## [Brief]
Scan the material for "extrude". Copy every line it appears in.

======

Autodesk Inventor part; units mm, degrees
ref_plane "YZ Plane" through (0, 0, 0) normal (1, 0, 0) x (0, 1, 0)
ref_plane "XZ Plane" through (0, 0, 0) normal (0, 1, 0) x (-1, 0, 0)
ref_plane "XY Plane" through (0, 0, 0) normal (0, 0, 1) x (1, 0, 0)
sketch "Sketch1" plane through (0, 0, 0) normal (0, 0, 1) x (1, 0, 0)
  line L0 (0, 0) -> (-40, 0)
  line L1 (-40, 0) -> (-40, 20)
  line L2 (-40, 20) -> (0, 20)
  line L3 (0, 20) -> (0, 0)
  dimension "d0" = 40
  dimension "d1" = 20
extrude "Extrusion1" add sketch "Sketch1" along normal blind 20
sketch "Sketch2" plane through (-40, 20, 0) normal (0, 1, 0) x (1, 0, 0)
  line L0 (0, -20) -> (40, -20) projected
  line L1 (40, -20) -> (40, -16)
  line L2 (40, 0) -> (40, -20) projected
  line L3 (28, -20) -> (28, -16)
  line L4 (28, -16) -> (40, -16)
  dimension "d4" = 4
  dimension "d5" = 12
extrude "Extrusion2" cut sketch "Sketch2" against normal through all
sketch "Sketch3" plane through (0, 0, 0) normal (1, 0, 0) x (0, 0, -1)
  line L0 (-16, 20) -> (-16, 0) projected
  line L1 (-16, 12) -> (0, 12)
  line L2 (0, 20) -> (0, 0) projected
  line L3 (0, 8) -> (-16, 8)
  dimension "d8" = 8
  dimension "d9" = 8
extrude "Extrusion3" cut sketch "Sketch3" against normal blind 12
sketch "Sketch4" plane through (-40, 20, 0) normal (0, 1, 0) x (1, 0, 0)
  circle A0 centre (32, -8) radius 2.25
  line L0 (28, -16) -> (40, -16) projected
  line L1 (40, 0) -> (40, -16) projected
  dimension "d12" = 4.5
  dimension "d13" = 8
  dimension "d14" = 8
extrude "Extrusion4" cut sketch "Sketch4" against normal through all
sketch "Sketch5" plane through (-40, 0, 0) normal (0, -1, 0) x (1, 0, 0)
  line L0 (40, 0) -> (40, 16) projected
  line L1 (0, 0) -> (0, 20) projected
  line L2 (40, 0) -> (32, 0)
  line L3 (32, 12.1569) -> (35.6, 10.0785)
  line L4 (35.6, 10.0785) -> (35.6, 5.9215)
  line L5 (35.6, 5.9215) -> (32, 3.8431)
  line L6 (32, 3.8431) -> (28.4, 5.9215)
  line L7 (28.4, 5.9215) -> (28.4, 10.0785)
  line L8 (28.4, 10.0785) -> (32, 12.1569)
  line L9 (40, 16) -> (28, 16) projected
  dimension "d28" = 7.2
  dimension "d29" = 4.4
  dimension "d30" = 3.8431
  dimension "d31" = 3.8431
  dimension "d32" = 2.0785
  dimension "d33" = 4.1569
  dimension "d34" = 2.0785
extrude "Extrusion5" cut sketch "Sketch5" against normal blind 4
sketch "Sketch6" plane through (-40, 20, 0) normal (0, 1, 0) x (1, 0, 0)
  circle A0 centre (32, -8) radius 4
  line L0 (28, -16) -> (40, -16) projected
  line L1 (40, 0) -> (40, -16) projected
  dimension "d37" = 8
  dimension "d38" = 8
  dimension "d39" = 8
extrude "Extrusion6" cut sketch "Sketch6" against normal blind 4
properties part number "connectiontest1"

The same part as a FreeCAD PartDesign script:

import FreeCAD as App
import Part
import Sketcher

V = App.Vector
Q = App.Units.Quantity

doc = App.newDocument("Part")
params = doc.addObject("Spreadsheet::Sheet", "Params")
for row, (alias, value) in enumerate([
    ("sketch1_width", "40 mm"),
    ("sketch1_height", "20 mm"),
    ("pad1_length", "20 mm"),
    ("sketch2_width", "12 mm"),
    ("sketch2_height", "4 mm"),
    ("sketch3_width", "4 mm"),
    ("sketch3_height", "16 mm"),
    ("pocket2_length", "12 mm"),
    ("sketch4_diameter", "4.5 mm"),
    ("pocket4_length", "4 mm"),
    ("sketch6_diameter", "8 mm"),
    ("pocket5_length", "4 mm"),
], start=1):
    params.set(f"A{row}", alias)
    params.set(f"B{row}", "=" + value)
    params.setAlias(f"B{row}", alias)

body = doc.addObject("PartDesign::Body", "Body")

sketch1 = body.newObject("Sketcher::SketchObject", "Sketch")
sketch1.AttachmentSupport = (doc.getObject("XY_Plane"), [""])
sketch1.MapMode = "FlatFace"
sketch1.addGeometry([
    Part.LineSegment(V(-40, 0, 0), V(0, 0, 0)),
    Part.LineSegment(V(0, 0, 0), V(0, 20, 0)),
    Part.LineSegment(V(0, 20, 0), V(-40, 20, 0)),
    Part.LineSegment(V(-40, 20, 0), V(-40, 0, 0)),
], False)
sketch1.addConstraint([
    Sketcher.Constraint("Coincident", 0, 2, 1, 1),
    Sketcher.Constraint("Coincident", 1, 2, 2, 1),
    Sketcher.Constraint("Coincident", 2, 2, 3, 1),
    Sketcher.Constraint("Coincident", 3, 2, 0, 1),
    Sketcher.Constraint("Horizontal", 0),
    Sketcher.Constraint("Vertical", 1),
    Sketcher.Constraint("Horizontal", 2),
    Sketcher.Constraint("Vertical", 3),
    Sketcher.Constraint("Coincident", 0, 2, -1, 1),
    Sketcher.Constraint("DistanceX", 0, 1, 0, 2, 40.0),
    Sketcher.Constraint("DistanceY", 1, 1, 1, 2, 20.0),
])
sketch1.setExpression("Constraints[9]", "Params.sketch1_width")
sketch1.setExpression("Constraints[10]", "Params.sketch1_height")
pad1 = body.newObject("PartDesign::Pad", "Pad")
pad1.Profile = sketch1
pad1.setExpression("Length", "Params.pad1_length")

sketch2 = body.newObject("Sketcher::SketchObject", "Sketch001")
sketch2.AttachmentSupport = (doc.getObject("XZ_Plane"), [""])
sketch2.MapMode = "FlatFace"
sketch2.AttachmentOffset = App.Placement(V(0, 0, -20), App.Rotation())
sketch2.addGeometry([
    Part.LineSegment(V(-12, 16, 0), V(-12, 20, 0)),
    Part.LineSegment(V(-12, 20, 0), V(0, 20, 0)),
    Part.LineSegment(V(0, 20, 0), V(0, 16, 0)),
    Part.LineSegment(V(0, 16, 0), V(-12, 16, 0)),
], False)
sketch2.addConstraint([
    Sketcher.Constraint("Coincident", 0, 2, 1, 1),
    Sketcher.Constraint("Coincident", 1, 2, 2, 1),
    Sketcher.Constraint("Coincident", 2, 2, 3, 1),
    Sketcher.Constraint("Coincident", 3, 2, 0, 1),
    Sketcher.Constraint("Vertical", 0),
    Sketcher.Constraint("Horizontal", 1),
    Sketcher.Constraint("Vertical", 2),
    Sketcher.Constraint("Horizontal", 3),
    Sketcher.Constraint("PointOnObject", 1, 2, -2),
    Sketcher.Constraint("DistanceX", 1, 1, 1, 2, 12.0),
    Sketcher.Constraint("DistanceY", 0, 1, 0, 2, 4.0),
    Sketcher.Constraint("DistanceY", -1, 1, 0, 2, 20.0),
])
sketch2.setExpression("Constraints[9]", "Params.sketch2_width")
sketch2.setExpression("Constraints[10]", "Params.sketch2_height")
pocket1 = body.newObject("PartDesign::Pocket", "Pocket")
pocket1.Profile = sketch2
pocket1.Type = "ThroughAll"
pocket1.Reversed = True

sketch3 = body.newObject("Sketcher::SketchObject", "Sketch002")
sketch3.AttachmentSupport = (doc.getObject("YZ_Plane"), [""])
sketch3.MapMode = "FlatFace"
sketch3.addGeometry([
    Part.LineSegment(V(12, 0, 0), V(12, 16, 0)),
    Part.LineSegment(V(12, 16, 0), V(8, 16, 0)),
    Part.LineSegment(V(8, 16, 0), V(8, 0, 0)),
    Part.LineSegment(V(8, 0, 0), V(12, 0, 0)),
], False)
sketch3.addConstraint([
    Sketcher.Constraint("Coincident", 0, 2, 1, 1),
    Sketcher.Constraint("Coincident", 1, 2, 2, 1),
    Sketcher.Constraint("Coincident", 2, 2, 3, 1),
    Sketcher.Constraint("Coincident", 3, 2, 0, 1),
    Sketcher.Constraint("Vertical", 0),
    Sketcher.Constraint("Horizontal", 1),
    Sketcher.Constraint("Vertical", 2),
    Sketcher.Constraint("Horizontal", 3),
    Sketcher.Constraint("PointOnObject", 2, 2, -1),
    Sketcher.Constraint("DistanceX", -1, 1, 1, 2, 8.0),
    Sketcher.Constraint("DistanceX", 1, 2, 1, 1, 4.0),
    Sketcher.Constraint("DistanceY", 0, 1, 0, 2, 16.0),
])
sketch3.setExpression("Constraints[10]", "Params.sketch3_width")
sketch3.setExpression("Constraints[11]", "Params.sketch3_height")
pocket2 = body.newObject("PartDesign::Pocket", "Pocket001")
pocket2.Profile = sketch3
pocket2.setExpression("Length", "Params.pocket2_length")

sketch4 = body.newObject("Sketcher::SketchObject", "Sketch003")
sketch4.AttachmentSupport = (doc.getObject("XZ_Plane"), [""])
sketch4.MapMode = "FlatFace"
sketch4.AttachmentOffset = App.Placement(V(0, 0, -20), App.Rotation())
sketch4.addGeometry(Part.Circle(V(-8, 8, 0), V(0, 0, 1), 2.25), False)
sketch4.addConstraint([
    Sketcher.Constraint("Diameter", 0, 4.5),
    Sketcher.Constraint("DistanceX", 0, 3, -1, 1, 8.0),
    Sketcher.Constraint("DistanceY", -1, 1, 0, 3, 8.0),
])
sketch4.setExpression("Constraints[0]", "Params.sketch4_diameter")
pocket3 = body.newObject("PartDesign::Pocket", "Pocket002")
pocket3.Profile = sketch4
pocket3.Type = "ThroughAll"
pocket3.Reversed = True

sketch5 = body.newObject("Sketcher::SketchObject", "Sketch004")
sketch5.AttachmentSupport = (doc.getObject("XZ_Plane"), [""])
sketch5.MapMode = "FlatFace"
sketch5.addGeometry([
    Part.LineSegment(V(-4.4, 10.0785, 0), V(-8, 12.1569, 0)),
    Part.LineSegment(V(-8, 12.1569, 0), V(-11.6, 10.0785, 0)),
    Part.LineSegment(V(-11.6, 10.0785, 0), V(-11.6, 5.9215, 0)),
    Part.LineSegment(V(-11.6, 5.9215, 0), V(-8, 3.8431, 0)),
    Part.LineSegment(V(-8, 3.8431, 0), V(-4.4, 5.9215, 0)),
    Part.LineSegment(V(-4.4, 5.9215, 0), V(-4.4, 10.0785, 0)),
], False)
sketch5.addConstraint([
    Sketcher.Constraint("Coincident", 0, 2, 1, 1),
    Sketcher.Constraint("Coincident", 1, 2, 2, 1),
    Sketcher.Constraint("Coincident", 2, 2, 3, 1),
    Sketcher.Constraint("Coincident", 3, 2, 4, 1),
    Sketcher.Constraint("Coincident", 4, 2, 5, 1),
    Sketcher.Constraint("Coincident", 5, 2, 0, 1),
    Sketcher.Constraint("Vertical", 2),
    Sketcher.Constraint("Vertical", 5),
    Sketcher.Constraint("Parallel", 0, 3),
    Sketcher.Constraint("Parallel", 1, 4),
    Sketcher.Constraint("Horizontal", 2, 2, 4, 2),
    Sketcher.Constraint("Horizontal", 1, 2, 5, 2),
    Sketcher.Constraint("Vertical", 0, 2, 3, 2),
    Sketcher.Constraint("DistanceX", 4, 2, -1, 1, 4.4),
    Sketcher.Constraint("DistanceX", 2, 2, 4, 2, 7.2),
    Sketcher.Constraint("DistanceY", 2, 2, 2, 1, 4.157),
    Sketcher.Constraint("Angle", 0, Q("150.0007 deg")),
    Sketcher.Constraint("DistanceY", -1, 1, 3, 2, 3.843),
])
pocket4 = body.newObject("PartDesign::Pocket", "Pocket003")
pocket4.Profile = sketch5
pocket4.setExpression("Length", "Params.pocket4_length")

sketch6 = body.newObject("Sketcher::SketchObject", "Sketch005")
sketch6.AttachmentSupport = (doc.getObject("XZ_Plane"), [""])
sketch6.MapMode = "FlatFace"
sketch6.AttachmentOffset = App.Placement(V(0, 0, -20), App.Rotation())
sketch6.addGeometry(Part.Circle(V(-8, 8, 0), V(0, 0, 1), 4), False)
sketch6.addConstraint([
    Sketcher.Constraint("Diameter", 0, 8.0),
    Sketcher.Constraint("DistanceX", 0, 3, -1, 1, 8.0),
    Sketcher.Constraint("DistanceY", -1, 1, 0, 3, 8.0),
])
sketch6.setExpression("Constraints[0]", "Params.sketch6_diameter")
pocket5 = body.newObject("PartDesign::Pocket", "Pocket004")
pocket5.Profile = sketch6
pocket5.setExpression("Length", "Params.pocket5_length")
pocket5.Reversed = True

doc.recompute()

======

## [Solution for this exercise]
extrude "Extrusion1" add sketch "Sketch1" along normal blind 20
extrude "Extrusion2" cut sketch "Sketch2" against normal through all
extrude "Extrusion3" cut sketch "Sketch3" against normal blind 12
extrude "Extrusion4" cut sketch "Sketch4" against normal through all
extrude "Extrusion5" cut sketch "Sketch5" against normal blind 4
extrude "Extrusion6" cut sketch "Sketch6" against normal blind 4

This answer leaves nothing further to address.